For some young people, particularly those from marginalised groups, the effects may be more complicated than policymakers anticipate. Social media is not simply a source of distraction. For some, it represents a lifeline. It is where many find recognition, solidarity and others like themselves, especially when those communities are absent in the world immediately around them.
Removing access, even temporarily, may feel less like a disciplinary measure and more like a rupture. For some, it could feel like a profound disruption to the social world they depend on.
None of this is to dismiss the benefits of stronger boundaries in schools. There is a certain case for reclaiming the classroom as a space for focus, learning and presence.
The recent announcement should prompt a broader set of questions: what happens next? How do young people move between offline and online worlds in healthy ways? How do we preserve the benefits of digital connection while reducing its harms? What, exactly, are we trying to protect children from, and what might we inadvertently take away in the process?

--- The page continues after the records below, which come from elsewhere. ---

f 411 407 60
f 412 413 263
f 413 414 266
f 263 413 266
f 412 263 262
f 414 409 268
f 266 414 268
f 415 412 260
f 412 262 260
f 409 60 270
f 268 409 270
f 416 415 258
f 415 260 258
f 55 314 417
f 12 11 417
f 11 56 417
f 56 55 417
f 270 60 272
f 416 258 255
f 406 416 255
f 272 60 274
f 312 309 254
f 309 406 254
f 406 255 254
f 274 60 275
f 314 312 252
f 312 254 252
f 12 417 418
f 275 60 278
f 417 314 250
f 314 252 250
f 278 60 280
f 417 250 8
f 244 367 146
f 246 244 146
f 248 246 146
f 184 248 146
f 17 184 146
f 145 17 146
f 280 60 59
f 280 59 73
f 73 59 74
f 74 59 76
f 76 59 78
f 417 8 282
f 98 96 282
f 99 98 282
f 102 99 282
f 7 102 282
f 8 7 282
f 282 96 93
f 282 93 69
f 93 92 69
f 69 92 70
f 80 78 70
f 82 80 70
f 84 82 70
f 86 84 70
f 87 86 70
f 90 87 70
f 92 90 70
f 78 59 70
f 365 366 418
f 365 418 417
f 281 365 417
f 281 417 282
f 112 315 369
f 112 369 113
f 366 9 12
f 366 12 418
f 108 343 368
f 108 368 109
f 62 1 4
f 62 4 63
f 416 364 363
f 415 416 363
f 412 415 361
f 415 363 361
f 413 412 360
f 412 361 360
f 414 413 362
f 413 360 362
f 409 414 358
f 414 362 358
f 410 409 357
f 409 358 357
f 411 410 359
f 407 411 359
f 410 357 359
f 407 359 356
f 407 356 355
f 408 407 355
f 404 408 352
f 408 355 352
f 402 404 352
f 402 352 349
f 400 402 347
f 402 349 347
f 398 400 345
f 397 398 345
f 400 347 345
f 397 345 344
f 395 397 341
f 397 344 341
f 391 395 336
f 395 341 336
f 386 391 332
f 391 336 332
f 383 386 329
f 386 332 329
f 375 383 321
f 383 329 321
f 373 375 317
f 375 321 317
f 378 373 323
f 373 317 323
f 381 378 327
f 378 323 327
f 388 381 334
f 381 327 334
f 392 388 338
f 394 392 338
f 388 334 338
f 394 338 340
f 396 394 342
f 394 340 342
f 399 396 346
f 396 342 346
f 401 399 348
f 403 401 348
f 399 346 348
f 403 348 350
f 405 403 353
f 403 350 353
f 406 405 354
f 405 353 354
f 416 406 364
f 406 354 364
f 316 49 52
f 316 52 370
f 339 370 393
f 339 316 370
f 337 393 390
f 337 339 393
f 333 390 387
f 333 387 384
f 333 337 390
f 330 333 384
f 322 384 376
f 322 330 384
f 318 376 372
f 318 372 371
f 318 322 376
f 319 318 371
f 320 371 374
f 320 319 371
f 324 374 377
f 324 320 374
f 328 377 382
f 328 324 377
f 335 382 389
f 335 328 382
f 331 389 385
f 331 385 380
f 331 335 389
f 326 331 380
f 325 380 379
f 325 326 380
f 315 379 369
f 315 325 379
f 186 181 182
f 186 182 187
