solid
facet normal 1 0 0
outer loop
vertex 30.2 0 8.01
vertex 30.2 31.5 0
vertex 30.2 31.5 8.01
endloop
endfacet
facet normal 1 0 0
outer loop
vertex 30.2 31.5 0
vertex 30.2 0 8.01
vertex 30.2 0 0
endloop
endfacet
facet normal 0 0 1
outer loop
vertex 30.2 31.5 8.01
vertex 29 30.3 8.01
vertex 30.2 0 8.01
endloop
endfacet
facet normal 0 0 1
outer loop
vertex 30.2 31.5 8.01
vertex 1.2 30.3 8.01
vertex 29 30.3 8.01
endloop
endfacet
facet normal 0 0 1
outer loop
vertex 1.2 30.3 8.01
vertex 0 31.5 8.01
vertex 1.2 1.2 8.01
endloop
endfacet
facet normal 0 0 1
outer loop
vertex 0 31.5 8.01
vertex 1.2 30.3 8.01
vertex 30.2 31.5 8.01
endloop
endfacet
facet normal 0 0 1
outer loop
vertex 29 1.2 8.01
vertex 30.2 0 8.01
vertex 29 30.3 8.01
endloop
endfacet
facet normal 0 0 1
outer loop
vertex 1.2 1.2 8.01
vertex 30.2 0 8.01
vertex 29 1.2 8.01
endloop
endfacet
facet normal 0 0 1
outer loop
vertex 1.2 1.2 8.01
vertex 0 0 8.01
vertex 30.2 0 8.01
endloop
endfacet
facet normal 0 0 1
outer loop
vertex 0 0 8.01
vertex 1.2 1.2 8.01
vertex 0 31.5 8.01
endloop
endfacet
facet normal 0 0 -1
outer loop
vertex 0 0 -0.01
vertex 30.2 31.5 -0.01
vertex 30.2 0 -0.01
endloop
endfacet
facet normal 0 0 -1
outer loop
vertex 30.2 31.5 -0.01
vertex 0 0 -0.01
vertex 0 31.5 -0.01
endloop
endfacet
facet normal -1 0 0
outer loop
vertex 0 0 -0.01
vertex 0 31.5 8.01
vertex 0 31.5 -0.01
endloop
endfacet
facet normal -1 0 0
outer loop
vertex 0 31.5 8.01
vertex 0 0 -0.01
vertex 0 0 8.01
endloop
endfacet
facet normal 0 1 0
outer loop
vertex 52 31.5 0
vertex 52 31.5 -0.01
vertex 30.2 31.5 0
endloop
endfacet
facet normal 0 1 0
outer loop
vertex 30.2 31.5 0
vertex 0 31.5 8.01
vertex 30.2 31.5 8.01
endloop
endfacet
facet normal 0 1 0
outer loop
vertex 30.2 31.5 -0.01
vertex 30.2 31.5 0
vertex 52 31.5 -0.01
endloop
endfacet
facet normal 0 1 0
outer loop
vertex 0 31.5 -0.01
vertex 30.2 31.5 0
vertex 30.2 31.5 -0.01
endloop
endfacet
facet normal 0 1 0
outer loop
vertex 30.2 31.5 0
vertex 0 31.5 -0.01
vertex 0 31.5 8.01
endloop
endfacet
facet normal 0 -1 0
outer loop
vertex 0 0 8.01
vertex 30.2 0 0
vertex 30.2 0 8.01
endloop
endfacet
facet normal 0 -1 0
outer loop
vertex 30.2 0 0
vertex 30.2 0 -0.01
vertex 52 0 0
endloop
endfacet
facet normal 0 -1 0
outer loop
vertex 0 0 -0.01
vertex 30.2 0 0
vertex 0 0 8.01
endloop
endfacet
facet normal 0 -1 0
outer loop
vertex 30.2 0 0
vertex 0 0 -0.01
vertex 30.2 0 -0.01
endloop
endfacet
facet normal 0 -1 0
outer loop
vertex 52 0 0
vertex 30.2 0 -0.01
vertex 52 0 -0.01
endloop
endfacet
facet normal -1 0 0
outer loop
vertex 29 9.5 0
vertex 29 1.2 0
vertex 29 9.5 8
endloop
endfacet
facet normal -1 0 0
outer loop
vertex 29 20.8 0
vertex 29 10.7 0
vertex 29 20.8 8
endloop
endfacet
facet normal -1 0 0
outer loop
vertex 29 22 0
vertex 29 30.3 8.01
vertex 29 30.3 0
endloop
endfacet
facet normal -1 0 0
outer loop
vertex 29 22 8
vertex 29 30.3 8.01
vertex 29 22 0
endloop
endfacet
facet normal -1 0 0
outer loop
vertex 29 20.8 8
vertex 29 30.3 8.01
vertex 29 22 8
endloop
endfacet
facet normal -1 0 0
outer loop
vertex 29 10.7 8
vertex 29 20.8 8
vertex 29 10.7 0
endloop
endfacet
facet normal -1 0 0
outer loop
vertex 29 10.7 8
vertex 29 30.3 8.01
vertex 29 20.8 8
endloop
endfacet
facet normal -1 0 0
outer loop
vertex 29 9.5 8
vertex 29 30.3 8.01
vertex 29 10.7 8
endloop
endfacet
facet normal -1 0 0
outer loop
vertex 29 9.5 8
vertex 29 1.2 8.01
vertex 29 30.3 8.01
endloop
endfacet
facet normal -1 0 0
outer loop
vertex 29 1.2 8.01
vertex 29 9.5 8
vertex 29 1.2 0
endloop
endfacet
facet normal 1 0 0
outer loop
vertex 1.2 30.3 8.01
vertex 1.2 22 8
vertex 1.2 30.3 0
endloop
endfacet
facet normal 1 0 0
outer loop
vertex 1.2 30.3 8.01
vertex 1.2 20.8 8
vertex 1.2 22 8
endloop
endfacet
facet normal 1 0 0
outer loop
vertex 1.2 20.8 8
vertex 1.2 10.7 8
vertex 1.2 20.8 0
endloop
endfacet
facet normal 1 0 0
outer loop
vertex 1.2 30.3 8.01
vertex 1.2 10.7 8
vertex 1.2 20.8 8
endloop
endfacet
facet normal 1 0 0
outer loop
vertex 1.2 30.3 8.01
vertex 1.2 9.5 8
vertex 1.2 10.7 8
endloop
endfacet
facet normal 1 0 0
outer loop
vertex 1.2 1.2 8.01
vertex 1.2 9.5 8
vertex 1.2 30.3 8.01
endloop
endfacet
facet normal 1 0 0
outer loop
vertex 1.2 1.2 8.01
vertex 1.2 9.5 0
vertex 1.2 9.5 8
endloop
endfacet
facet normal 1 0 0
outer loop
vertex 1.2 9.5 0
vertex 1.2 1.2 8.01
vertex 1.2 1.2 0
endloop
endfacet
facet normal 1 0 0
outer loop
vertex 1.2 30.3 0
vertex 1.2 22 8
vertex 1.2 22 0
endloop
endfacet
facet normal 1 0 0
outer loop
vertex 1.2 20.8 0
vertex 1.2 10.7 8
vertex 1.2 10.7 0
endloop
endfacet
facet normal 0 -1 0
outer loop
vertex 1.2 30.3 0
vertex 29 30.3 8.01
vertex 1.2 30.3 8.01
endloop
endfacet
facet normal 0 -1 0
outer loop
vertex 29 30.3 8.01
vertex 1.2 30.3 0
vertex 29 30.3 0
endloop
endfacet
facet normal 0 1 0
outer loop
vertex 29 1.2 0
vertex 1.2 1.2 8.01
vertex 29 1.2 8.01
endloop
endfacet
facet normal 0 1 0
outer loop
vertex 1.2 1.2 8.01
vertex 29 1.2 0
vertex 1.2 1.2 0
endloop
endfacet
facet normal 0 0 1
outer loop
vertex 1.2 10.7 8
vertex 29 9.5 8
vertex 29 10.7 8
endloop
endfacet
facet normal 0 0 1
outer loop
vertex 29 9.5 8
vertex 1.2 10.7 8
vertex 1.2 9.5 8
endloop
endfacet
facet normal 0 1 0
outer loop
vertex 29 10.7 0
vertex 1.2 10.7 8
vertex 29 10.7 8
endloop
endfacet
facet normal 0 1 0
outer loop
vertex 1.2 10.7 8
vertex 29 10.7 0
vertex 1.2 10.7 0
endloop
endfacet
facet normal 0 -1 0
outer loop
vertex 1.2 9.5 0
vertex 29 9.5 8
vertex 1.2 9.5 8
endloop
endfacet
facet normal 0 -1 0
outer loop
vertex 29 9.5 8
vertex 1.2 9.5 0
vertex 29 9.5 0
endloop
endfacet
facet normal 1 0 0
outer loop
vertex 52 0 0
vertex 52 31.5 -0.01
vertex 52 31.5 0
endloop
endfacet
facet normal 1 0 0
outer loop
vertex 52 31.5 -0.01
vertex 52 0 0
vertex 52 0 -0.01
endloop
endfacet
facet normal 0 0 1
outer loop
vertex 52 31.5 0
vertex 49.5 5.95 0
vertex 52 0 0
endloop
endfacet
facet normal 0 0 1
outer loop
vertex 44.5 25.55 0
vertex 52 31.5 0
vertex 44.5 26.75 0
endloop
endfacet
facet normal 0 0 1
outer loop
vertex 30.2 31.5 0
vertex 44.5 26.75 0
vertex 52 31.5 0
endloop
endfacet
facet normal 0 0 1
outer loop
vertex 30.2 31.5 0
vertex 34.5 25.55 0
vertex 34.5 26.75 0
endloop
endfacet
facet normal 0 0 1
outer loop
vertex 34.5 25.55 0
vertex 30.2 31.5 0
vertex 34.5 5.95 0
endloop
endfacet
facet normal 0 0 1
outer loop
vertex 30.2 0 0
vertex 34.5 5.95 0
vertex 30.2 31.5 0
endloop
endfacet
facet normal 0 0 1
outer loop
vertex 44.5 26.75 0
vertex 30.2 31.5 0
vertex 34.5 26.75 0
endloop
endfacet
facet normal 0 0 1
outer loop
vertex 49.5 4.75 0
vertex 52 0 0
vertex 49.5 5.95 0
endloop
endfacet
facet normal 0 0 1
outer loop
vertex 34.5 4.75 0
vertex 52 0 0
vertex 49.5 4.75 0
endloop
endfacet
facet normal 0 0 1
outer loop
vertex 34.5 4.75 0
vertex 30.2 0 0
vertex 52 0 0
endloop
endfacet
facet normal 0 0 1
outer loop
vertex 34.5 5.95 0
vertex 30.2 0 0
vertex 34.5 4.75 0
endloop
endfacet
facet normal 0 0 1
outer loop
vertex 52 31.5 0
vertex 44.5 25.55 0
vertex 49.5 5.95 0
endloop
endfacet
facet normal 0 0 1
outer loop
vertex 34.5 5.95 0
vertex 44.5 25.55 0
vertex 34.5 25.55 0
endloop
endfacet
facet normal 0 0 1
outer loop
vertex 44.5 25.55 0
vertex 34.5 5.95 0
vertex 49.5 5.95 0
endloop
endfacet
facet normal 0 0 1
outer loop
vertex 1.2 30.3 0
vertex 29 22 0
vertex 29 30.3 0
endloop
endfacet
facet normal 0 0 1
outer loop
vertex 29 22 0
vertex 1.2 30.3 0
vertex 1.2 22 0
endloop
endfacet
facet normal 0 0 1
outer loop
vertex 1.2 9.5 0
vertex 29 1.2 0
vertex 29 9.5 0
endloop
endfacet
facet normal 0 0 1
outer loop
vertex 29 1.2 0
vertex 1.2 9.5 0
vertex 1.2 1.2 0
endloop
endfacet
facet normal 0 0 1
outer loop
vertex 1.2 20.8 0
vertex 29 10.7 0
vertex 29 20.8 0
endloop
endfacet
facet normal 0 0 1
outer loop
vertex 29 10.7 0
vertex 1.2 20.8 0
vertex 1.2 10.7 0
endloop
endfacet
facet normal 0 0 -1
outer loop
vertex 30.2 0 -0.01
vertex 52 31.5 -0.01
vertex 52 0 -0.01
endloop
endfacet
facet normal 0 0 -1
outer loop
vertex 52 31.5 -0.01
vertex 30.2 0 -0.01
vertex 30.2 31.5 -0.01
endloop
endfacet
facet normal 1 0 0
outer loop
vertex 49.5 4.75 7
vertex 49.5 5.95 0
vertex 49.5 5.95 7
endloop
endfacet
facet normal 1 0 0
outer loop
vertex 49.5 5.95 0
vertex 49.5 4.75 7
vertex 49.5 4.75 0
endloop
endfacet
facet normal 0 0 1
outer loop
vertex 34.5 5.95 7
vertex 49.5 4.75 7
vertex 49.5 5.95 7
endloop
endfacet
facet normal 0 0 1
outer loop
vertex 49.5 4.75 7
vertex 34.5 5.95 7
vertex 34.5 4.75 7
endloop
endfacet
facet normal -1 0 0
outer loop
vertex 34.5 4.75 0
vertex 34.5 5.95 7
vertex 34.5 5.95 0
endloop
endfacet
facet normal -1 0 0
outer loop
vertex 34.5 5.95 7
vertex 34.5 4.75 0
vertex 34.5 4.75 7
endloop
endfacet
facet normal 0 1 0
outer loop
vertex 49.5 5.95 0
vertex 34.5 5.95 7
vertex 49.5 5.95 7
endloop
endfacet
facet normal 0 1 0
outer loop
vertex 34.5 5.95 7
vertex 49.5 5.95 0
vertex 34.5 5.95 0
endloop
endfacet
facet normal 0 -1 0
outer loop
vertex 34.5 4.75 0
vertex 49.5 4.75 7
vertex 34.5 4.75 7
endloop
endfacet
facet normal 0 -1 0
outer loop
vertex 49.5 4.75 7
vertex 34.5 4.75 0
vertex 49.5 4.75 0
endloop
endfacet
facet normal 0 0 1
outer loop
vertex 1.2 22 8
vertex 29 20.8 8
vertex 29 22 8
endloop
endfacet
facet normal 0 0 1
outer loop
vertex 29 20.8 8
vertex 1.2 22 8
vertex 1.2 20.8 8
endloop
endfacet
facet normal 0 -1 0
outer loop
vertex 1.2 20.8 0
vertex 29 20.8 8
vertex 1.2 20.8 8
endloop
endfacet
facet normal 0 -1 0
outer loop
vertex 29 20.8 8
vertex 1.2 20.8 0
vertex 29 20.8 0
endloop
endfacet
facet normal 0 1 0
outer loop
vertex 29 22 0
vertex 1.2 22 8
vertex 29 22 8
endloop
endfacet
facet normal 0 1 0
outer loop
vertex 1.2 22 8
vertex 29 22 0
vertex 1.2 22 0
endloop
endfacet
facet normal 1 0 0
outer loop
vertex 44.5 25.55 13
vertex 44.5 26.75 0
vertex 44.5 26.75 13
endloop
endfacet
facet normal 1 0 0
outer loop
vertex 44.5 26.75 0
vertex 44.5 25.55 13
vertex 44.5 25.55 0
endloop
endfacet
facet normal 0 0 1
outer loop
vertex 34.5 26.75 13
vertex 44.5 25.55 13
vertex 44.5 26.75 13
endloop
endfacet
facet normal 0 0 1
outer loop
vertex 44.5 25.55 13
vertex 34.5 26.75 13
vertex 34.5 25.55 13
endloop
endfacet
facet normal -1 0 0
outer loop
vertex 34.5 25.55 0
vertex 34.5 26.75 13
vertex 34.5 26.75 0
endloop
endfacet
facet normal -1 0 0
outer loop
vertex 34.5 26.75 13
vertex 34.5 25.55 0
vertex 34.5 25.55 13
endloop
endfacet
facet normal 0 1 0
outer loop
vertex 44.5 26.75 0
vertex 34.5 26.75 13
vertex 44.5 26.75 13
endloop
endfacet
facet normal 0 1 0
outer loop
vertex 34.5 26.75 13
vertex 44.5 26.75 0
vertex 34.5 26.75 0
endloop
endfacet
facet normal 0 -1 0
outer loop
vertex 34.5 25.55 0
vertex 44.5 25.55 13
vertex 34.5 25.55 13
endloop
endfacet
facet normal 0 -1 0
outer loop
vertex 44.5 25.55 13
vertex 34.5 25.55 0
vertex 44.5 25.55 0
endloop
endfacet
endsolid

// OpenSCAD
// file: ../Base/Boxes.scad
// Fischertechnik Box Foundation
// Pre-designed Boxes

use <Constants.scad>

include <PlacementOptions.scad>

box190Width = 190;
box190Depth = 130;
box130Width = 130;
box130Depth = 95;

// Values are from an original ec3 box
topBottomDifference = 1.5;
outerHeight = 40;
baseThickness = 1.8;
innerHeight = outerHeight - baseThickness;
stackExcess = 5.7;
radius = 3.5;
wallThickness = 1.5;
tolerance = 0.2;

boxWallThickness = wallThickness;
boxBaseThickness = baseThickness;
boxWebWidth = 3.0;

// getBoxWallThickness()
// Gets the wall thickness of a Fischertechnik Box
function getBoxWallThickness() = boxWallThickness;

// getBoxUsageHeight(height = 38.2)
// Gets the usable height of a Fischertechnik box
// height = Outer height of the box from the bottom to the upper edge.
function getBoxUsageHeight(height = outerHeight) = height - baseThickness - stackExcess;

// getBoxInnerHeight()
// Gets the inner height of a Fischertechnik box, including the stack excess
function getBoxInnerHeight() = innerHeight;

// getBoxBaseThickness()
// Gets the thickness of the Fischertechnik box base.
function getBoxBaseThickness() = boxBaseThickness;

// getBoxWebWidth()
// Gets the width of a box web
function getBoxWebWidth() = boxWebWidth;

// getBox190Space()
// Gets the usable inner space of a Box 190 as an x/y-list
function getBox190Space() = [
    box190Width - 2*getBoxWallThickness() - topBottomDifference, 
    box190Depth - 2*getBoxWallThickness() - topBottomDifference ];

// RoundedCornerPlate(width, depth, height, radius)
// Creates a body plate with rounded corners for a box. Used
// also to create the complete box with the hull module.
// width = Width of the plate
// depth = depth of the plate 
// height = thickness of the plate
// radius = radius of the rounded corner
module RoundedCornerPlate(width, depth, height, radius) {
    translate([radius, radius])
    hull() {
        w = width-2*radius;
        d = depth-2*radius;
        cube([w, d, height]);
        cylinder(height, r=radius, $fn=getFragments());
        translate([w, 0])
            cylinder(height, r=radius, $fn=getFragments());
        translate([w, d])
            cylinder(height, r=radius, $fn=getFragments());
        translate([0, d])
            cylinder(height, r=radius, $fn=getFragments());
    }
}

// BoxBase(width, depth)
// Creates an empty stackable Fischertechnik compatible box
// width = Outer width of the box (190, 130, ...)
// depth = Outer depth of the box (130, 95, ...)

If we accept that social media is a powerful force – and it is – then we should treat it as we do other powerful tools. We do not ban young people from driving until 18 and then simply hand over the keys without preparation. We phase access. We teach the rules. We supervise early experiences. In countries such as New Zealand, graduated licensing systems place limits on new drivers – including around speed, passengers, and conditions – and the evidence suggests they work. The online world demands a similarly deliberate approach. Rather than treating the ban as an end in itself, we should see it as an opportunity to rethink how young people are introduced to digital life in the first place. The goal should not simply be to keep them offline for as long as possible, but to equip them, gradually and deliberately, to navigate that space in a healthy, safe and socially meaningful way. There is good cause for urgency. Yesterday’s announcement by Schools minister Jacqui Smith reflects a rare degree of cross-party agreement, with support for stronger restrictions extending beyond government. That widespread unease is grounded in mounting evidence.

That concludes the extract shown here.